Though the High Court has recommended video recording of all post-mortem examinations, similar to the initial mandatory guidelines laid down by the National Human Rights Commission (NHRC) for autopsy in custodial deaths, the authors feel it may not be feasible. Moreover, the NHRC guidelines do not address a number of aspects. This raises many questions like who is responsible for bringing the videographer to the mortuary, what should be the qualification of the videographer, i.e., should they have basic medical knowledge or are any studio videographer is sufficient? The guidelines also don't provide any technical specifications, like where to position the camera, the distance of the camera from the autopsy table, and methods to prevent editing of the video, storage and preservation of the video, etc. In addition, the guidelines does not define the requisite qualifications of the doctor who should perform such autopsies. The intention of the guidelines is to provide the recording and reports to an independent third party who should be able to interpret and give an expert opinion to aid the investigation. Though some of these queries have already been addressed later by the NHRC via their letter and revised guidelines,, we believe that there is still scope for improvement in the guidelines, and to create a Standard Operating Procedure (SOP) for videography, the technical specifications and training requirements, etc.
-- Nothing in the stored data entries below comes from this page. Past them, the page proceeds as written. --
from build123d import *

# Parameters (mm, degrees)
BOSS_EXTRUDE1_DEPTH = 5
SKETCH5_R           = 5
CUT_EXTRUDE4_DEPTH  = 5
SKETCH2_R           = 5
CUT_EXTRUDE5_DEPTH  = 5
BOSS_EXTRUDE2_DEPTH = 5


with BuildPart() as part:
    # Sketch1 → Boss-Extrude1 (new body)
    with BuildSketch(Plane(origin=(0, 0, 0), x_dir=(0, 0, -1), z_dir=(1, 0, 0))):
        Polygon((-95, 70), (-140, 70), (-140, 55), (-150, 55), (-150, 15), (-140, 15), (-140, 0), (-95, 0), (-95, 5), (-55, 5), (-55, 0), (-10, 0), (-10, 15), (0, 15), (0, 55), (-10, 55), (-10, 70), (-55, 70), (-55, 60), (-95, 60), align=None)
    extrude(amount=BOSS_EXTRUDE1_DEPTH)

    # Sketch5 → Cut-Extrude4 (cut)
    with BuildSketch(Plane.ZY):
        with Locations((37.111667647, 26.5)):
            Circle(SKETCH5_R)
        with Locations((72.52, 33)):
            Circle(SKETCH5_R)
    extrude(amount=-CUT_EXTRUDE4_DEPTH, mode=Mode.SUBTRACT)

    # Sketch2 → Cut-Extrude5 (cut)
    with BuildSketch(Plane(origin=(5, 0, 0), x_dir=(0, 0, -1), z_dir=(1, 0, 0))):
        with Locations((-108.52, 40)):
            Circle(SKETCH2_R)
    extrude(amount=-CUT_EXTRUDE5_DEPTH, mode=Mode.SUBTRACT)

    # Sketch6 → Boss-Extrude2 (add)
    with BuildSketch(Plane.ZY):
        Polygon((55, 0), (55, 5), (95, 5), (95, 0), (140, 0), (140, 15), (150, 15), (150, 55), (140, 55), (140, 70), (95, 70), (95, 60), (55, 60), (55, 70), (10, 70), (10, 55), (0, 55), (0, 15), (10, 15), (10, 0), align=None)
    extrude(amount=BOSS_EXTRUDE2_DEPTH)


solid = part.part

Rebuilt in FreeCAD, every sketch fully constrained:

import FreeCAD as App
import Part
import Sketcher
Q = App.Units.Quantity

doc = App.newDocument("Part")
body = doc.addObject("PartDesign::Body", "Body")

# Sketch on YZ plane
sketch1 = body.newObject("Sketcher::SketchObject", "Sketch")
sketch1.AttachmentSupport = (doc.getObject("YZ_Plane"), [""])
sketch1.MapMode = "FlatFace"
sketch1.addGeometry(Part.LineSegment(App.Vector(70, 95, 0), App.Vector(70, 140, 0)), False)
sketch1.addGeometry(Part.LineSegment(App.Vector(70, 140, 0), App.Vector(55, 140, 0)), False)
sketch1.addGeometry(Part.LineSegment(App.Vector(55, 140, 0), App.Vector(55, 150, 0)), False)
sketch1.addGeometry(Part.LineSegment(App.Vector(55, 150, 0), App.Vector(15, 150, 0)), False)
sketch1.addGeometry(Part.LineSegment(App.Vector(15, 150, 0), App.Vector(15, 140, 0)), False)
sketch1.addGeometry(Part.LineSegment(App.Vector(15, 140, 0), App.Vector(0, 140, 0)), False)
sketch1.addGeometry(Part.LineSegment(App.Vector(0, 140, 0), App.Vector(0, 95, 0)), False)
sketch1.addGeometry(Part.LineSegment(App.Vector(0, 95, 0), App.Vector(5, 95, 0)), False)
sketch1.addGeometry(Part.LineSegment(App.Vector(5, 95, 0), App.Vector(5, 55, 0)), False)
sketch1.addGeometry(Part.LineSegment(App.Vector(5, 55, 0), App.Vector(0, 55, 0)), False)
sketch1.addGeometry(Part.LineSegment(App.Vector(0, 55, 0), App.Vector(0, 10, 0)), False)
sketch1.addGeometry(Part.LineSegment(App.Vector(0, 10, 0), App.Vector(15, 10, 0)), False)
sketch1.addGeometry(Part.LineSegment(App.Vector(15, 10, 0), App.Vector(15, 0, 0)), False)
sketch1.addGeometry(Part.LineSegment(App.Vector(15, 0, 0), App.Vector(55, 0, 0)), False)
sketch1.addGeometry(Part.LineSegment(App.Vector(55, 0, 0), App.Vector(55, 10, 0)), False)
sketch1.addGeometry(Part.LineSegment(App.Vector(55, 10, 0), App.Vector(70, 10, 0)), False)
sketch1.addGeometry(Part.LineSegment(App.Vector(70, 10, 0), App.Vector(70, 55, 0)), False)
sketch1.addGeometry(Part.LineSegment(App.Vector(70, 55, 0), App.Vector(60, 55, 0)), False)
sketch1.addGeometry(Part.LineSegment(App.Vector(60, 55, 0), App.Vector(60, 95, 0)), False)
sketch1.addGeometry(Part.LineSegment(App.Vector(60, 95, 0), App.Vector(70, 95, 0)), False)
sketch1.addConstraint(Sketcher.Constraint("Coincident", 0, 2, 1, 1))
sketch1.addConstraint(Sketcher.Constraint("Coincident", 1, 2, 2, 1))
sketch1.addConstraint(Sketcher.Constraint("Coincident", 2, 2, 3, 1))
sketch1.addConstraint(Sketcher.Constraint("Coincident", 3, 2, 4, 1))
sketch1.addConstraint(Sketcher.Constraint("Coincident", 4, 2, 5, 1))
sketch1.addConstraint(Sketcher.Constraint("Coincident", 5, 2, 6, 1))
sketch1.addConstraint(Sketcher.Constraint("Coincident", 6, 2, 7, 1))
sketch1.addConstraint(Sketcher.Constraint("Coincident", 7, 2, 8, 1))
sketch1.addConstraint(Sketcher.Constraint("Coincident", 8, 2, 9, 1))
sketch1.addConstraint(Sketcher.Constraint("Coincident", 9, 2, 10, 1))
sketch1.addConstraint(Sketcher.Constraint("Coincident", 10, 2, 11, 1))
sketch1.addConstraint(Sketcher.Constraint("Coincident", 11, 2, 12, 1))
With the pool of Forensic experts depleting, the State Government, police, and judiciary are increasingly relying on MBBS graduates and unqualified mortuary workers to conduct medico-legal autopsies. However, granting permission to private medical colleges to conduct medico-legal autopsies will not only reduce the burden on the government centres, but also enable starting of postgraduate programmes in many centres leading to more trained Forensic Medicine experts. In order to allay the apprehensions regarding available infrastructure and expertise for starting autopsies in private medical colleges, the state authorities can subject the colleges to inspections and audits to ensure efficient functioning. In a suitable environment, Indian Forensic Medicine experts can perform and deliver reports as good as their counterparts in any part of the world. The Gordian knot faced by the Forensic Medicine fraternity in Government centres is the unfounded fear of sharing the burden with private medical colleges. Like Alexander the Great, the Government and Forensic faculty together must take a bold step and cut this knot, so that the discipline of Forensic Medicine can flourish in India and the quality of reporting improves.
The authors would like to thank Dr. Mukesh Yadav and Dr. Indrajit Khandekar for their valuable insights.